ACTION ITEM: For the listing below, print exactly the lines from the line with "v9 (12.7,330.2,6.35)" to the line with "v17 (-241.3,228.6,15.875)", both included, and nothing beyond them.
☆ ☆ ☆ ☆ ☆
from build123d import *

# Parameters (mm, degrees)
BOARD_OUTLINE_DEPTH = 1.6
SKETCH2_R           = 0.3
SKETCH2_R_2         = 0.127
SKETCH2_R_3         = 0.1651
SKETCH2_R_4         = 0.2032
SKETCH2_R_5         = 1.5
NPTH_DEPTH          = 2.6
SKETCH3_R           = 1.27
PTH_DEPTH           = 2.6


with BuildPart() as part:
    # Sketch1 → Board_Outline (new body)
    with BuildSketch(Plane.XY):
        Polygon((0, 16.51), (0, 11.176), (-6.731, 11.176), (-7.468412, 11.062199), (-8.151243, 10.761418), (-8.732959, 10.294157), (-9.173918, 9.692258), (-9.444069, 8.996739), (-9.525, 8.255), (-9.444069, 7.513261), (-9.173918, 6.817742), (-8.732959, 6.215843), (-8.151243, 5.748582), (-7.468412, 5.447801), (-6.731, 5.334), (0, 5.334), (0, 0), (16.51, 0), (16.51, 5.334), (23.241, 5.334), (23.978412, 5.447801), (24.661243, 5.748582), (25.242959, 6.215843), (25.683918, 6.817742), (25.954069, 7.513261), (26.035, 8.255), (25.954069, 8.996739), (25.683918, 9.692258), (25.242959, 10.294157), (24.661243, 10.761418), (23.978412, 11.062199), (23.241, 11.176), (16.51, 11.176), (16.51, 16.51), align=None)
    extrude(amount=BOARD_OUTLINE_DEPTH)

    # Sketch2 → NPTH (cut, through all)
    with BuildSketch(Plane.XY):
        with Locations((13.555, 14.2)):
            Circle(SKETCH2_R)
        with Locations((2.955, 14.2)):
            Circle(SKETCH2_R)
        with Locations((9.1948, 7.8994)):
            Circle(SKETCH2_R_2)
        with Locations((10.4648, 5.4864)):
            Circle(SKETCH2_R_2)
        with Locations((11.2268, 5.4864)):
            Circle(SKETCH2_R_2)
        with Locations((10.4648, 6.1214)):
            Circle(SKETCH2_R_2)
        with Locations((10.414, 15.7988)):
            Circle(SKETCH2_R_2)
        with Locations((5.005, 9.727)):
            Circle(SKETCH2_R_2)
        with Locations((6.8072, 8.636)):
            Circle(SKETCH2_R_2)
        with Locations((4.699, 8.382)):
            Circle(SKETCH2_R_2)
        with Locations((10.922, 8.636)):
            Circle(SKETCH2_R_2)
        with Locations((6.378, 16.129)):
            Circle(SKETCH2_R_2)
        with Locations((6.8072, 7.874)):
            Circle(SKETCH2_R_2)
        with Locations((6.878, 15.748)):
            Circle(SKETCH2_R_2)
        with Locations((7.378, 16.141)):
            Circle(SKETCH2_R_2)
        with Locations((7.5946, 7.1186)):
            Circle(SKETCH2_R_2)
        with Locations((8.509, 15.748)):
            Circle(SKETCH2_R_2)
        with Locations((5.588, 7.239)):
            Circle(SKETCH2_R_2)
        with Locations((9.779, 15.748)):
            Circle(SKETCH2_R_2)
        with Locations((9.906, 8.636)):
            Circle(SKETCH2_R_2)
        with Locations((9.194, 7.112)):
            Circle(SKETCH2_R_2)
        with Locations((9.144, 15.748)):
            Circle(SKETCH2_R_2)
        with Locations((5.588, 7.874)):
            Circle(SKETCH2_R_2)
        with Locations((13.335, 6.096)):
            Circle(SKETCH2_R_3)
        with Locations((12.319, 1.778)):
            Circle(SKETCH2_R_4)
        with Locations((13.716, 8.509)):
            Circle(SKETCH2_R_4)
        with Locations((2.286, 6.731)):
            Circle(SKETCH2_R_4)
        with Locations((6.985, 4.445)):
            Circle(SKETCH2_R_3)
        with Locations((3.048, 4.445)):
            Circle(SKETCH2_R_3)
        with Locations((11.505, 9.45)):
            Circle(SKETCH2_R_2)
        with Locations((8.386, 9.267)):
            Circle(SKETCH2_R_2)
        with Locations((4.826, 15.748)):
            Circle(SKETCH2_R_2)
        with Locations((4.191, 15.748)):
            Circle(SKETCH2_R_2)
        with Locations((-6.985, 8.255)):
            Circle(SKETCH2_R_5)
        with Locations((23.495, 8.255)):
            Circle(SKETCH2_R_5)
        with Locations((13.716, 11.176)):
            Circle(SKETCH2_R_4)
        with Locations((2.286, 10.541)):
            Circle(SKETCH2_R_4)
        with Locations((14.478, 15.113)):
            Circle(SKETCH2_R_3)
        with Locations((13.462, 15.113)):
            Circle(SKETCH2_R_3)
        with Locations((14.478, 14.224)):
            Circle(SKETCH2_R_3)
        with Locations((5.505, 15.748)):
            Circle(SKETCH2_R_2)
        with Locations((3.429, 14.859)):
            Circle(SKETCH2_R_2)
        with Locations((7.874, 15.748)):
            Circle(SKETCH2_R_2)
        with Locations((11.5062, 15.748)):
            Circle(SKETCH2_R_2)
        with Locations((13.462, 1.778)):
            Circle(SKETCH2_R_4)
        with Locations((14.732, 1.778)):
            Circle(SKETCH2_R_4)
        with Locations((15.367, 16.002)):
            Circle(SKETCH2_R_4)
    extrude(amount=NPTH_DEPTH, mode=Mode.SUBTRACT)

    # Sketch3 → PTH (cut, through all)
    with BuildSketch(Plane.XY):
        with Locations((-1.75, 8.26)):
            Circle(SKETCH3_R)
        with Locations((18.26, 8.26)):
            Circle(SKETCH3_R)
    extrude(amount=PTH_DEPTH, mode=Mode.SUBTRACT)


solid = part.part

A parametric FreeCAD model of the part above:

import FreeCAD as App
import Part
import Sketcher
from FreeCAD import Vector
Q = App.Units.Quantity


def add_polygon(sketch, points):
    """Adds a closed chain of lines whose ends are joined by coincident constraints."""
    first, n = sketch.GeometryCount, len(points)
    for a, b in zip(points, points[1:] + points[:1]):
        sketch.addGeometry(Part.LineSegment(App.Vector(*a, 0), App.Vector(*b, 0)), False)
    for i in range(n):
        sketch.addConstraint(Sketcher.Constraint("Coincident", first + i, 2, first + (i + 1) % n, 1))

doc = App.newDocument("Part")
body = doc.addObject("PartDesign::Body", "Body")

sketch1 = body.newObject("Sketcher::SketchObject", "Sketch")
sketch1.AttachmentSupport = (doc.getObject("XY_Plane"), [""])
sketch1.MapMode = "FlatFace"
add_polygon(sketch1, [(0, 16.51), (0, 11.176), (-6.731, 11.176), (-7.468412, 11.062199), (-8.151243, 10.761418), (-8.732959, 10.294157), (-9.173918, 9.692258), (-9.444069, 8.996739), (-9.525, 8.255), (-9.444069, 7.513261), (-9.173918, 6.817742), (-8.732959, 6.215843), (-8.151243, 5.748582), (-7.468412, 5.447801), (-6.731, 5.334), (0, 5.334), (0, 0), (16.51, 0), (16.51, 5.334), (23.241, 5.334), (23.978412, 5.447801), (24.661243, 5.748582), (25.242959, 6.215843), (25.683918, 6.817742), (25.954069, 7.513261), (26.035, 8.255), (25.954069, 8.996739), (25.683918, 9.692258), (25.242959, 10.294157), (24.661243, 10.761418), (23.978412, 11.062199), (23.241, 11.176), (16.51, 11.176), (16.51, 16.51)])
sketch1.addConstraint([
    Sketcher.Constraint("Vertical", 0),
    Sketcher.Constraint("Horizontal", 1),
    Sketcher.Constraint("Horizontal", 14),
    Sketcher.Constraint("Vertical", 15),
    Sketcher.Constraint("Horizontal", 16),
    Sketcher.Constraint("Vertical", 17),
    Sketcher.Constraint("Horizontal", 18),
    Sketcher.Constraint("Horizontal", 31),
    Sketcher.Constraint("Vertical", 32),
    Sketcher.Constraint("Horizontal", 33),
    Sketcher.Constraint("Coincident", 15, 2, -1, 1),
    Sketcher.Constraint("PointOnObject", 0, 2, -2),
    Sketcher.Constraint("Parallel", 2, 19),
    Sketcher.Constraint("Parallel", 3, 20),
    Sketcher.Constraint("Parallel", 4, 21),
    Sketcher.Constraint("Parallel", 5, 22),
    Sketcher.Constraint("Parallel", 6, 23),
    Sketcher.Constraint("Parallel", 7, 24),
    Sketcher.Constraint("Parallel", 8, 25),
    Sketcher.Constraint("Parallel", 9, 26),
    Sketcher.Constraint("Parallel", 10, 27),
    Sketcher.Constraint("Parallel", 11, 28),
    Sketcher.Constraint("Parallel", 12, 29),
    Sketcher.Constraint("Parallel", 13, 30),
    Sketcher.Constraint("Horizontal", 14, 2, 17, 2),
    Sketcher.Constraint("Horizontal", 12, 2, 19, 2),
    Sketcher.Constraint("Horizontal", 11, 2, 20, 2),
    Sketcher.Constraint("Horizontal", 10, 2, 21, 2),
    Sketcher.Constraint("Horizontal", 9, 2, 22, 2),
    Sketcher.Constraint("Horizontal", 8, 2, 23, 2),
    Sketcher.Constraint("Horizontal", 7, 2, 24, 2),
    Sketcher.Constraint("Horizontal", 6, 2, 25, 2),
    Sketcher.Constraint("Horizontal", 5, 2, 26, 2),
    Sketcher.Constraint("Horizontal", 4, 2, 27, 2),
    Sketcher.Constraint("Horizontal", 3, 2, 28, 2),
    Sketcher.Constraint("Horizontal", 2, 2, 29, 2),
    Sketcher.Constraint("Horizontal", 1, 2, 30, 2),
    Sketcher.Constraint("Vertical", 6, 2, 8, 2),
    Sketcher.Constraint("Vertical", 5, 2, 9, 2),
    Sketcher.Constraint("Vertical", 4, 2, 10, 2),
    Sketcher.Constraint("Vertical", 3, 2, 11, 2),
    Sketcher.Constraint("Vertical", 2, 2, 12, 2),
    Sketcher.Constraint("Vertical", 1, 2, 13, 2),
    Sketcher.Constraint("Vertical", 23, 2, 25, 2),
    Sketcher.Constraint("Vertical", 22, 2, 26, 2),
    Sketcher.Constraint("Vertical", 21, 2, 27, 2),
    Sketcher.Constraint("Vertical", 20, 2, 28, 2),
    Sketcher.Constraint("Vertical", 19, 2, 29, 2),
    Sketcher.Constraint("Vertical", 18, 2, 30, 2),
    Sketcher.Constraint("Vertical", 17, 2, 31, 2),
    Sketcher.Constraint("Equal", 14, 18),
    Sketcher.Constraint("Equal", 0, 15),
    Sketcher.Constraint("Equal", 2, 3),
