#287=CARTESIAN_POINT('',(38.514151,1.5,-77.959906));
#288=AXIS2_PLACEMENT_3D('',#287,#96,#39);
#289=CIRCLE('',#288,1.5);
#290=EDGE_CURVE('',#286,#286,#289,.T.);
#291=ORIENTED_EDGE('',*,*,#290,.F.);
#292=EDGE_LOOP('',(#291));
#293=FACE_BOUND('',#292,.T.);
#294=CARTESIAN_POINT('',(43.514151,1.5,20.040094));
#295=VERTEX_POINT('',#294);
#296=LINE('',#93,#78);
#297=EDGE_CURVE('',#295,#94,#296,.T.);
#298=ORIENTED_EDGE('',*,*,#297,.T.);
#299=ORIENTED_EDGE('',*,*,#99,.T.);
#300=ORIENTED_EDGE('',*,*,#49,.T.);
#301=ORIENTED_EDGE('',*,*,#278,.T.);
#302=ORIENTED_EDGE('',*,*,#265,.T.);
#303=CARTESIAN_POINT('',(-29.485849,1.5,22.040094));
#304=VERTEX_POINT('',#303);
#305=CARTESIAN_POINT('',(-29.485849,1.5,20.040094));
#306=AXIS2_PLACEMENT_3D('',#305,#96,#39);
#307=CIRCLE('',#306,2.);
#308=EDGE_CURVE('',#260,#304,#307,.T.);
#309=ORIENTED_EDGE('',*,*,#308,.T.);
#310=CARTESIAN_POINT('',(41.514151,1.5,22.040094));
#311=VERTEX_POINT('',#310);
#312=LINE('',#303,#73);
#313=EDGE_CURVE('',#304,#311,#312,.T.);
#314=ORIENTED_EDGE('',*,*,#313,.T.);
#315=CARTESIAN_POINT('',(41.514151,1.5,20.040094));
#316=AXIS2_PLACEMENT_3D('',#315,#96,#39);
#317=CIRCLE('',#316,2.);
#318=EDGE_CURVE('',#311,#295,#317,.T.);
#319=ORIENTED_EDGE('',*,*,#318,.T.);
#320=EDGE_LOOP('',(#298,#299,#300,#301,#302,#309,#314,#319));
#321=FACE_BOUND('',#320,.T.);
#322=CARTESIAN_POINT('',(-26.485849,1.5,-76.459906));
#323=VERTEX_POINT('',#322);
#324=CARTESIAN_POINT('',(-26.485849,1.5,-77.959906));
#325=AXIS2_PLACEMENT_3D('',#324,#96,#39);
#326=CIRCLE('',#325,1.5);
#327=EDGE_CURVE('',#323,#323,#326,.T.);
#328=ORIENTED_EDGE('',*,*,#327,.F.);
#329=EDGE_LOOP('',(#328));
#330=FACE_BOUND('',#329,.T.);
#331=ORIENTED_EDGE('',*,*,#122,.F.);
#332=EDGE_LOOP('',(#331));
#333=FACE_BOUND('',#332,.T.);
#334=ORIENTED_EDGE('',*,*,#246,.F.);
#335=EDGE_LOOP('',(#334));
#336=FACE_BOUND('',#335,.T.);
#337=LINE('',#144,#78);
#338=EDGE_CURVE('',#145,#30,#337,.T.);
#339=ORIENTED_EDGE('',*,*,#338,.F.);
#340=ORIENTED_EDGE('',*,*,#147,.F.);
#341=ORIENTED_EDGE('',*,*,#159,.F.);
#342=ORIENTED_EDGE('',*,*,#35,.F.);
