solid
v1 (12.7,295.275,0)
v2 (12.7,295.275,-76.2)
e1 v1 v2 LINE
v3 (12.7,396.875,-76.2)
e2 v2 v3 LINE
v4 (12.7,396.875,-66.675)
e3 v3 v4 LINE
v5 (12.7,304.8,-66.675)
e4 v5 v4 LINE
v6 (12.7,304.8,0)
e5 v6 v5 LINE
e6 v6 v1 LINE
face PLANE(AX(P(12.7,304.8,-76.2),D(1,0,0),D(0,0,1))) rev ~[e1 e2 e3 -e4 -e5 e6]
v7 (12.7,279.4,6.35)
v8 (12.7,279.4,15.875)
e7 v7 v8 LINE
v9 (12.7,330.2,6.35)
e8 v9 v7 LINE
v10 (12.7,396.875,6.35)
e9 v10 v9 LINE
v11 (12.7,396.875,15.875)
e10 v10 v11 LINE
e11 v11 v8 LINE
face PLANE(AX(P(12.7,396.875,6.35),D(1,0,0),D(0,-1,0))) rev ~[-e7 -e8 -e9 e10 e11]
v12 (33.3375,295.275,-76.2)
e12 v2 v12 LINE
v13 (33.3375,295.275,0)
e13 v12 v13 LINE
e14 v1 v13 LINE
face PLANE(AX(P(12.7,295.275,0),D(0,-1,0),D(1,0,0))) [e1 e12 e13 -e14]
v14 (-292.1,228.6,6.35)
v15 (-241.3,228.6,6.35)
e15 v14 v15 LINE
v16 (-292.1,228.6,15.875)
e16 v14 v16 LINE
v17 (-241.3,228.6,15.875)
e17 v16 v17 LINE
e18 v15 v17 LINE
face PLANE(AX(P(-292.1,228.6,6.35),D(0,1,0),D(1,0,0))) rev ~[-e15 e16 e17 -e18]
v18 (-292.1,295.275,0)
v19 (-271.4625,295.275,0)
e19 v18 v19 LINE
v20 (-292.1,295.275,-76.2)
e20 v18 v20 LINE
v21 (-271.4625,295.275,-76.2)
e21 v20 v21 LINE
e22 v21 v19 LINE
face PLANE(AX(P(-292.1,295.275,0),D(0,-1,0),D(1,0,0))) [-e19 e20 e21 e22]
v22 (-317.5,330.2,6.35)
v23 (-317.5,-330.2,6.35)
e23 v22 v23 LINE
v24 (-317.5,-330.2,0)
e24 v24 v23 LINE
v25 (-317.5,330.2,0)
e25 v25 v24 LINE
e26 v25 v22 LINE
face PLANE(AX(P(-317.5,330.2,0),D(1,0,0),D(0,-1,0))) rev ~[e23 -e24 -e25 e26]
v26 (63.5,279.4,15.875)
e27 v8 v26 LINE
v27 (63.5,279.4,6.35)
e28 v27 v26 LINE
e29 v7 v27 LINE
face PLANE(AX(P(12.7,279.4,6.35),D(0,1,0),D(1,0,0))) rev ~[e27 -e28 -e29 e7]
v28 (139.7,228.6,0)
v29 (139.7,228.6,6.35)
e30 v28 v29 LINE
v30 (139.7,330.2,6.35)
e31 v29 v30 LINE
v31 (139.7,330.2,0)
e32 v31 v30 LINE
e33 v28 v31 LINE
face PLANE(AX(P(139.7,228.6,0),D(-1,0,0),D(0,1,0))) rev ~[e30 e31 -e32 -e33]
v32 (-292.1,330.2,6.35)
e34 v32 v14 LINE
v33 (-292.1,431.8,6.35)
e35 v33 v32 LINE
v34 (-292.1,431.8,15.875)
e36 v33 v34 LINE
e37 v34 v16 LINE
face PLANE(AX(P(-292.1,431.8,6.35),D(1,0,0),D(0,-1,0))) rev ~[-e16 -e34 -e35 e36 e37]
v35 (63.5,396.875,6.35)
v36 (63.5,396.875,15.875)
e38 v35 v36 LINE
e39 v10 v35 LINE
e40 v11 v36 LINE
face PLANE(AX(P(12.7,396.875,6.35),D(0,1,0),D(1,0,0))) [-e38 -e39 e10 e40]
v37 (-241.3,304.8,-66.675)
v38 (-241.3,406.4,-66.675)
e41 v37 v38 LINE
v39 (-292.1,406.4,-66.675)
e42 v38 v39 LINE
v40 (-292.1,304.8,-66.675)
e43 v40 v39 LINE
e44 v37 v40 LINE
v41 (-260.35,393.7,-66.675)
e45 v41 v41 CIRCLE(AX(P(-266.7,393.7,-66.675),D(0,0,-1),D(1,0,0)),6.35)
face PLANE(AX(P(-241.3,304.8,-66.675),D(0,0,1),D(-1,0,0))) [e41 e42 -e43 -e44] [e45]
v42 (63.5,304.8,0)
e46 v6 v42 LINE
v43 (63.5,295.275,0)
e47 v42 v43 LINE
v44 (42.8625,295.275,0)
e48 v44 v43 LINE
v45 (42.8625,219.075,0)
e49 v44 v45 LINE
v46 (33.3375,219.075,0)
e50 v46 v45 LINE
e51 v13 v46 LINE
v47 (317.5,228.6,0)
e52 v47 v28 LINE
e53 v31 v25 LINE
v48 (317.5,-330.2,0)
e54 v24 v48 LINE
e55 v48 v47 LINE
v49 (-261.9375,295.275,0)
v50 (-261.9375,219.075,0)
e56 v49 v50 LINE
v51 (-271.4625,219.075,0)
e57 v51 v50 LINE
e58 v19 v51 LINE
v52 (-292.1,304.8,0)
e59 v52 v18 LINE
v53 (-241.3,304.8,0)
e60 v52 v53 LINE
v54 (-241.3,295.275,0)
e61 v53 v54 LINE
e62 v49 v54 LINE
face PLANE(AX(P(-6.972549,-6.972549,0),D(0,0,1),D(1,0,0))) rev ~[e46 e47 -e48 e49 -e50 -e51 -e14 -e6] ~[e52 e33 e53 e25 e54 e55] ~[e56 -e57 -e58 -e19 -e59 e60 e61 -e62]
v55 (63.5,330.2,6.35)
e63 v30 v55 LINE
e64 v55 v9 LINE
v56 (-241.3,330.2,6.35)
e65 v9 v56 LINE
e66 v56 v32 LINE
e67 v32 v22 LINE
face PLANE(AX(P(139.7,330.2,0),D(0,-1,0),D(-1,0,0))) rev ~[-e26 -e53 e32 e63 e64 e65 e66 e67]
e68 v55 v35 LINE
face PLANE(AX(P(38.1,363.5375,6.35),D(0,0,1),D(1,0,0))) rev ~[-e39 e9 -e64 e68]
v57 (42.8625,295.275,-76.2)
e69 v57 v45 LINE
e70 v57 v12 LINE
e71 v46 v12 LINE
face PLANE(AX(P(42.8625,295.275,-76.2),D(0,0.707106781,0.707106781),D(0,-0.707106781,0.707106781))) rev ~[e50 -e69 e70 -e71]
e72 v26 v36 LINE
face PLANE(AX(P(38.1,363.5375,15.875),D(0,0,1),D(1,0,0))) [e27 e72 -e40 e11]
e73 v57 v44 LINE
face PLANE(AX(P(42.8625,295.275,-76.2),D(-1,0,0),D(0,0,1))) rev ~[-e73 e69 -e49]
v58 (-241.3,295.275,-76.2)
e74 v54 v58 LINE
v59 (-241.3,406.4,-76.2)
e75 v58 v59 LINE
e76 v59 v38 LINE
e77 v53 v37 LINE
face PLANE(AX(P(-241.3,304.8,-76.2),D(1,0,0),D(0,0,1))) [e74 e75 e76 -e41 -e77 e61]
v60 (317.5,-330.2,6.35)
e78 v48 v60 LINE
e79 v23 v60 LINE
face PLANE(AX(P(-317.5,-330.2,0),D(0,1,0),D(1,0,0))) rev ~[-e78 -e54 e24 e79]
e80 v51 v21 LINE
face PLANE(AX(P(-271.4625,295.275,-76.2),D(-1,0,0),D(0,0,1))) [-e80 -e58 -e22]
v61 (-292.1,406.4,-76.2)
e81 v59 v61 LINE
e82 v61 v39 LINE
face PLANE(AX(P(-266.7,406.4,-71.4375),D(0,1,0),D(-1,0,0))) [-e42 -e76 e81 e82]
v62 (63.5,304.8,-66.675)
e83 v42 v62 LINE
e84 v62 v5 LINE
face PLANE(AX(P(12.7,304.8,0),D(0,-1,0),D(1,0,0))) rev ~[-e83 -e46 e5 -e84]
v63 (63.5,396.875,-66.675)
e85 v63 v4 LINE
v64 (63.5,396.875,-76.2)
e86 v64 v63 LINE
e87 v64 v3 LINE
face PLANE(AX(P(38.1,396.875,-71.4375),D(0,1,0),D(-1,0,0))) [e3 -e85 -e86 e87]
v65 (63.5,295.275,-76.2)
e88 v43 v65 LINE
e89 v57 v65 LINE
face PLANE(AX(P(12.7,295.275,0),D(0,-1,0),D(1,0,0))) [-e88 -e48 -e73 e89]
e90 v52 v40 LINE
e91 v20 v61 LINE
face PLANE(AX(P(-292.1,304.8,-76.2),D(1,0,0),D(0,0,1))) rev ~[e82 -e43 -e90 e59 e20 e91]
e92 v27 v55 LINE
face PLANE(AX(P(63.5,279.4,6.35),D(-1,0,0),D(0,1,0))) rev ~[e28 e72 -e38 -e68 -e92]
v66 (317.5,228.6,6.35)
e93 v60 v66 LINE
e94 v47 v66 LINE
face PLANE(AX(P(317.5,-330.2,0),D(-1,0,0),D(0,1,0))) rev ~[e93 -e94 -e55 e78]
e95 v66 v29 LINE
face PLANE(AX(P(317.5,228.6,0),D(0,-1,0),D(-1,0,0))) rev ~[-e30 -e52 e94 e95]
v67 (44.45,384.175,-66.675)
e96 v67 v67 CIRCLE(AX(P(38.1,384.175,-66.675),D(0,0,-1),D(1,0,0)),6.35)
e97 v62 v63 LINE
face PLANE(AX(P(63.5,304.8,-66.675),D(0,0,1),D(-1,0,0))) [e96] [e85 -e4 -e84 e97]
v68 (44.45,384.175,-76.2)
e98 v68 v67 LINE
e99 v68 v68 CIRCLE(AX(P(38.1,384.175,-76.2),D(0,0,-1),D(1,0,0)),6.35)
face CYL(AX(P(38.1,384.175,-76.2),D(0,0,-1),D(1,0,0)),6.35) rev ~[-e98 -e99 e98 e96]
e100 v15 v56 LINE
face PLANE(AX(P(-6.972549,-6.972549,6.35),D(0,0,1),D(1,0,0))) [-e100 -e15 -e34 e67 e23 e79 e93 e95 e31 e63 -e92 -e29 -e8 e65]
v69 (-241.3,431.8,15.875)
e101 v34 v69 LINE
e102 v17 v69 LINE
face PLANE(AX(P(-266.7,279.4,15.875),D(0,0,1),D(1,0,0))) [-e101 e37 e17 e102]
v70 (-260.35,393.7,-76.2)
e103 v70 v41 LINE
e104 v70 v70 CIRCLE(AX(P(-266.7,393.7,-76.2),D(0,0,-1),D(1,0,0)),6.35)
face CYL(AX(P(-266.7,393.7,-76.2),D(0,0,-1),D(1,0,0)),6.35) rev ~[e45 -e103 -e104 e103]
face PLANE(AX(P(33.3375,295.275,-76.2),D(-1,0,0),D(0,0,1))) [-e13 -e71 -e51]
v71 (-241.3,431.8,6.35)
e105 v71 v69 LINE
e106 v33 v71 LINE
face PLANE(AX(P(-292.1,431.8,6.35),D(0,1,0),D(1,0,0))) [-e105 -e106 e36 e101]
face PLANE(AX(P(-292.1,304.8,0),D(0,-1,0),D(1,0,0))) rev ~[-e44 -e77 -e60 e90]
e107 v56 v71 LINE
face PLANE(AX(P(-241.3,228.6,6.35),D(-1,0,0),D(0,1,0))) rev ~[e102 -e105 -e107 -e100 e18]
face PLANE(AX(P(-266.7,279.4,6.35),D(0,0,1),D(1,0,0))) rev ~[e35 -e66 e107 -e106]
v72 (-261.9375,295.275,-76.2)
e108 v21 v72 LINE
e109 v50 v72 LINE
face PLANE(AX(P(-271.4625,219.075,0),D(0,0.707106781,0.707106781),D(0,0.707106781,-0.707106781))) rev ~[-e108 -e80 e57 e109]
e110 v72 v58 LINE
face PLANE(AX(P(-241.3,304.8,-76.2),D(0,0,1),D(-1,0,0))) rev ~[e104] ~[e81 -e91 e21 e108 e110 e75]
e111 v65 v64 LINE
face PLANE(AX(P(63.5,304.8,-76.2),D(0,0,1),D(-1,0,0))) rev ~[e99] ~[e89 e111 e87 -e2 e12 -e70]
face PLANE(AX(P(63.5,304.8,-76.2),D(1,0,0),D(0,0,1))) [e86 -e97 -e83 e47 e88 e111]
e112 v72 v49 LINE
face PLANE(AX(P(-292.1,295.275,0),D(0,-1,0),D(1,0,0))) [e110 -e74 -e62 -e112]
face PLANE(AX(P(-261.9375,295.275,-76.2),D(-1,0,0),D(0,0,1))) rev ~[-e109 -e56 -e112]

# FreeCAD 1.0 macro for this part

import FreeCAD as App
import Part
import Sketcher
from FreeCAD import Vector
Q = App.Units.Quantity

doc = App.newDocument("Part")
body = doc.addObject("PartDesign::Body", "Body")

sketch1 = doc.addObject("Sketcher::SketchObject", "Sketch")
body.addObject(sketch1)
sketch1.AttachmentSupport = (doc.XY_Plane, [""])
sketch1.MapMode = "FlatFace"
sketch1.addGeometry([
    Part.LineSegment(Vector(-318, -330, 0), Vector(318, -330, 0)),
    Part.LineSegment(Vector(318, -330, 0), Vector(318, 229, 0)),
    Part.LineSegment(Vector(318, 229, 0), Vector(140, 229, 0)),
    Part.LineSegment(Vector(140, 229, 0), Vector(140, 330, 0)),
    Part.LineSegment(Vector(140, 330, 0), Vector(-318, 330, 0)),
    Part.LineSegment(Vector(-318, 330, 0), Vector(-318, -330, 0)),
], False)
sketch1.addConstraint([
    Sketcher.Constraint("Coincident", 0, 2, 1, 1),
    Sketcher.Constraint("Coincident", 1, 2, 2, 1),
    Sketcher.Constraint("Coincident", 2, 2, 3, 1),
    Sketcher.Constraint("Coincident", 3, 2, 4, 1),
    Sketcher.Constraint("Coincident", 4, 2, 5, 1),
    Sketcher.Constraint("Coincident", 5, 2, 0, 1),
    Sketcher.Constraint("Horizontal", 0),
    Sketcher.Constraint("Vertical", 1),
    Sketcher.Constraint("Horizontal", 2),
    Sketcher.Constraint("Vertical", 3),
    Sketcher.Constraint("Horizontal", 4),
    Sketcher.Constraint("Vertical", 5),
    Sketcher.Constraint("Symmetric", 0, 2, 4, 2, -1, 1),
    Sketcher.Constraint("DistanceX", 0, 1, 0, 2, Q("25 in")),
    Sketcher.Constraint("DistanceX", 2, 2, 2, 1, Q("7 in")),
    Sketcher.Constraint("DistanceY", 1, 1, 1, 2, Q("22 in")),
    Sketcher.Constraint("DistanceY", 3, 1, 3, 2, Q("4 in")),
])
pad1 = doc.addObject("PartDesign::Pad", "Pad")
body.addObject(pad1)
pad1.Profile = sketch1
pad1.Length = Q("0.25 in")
☆ ☆ ☆ ☆ ☆
EXPECTED ANSWER:
v9 (12.7,330.2,6.35)
e8 v9 v7 LINE
v10 (12.7,396.875,6.35)
e9 v10 v9 LINE
v11 (12.7,396.875,15.875)
e10 v10 v11 LINE
e11 v11 v8 LINE
face PLANE(AX(P(12.7,396.875,6.35),D(1,0,0),D(0,-1,0))) rev ~[-e7 -e8 -e9 e10 e11]
v12 (33.3375,295.275,-76.2)
e12 v2 v12 LINE
v13 (33.3375,295.275,0)
e13 v12 v13 LINE
e14 v1 v13 LINE
face PLANE(AX(P(12.7,295.275,0),D(0,-1,0),D(1,0,0))) [e1 e12 e13 -e14]
v14 (-292.1,228.6,6.35)
v15 (-241.3,228.6,6.35)
e15 v14 v15 LINE
v16 (-292.1,228.6,15.875)
e16 v14 v16 LINE
v17 (-241.3,228.6,15.875)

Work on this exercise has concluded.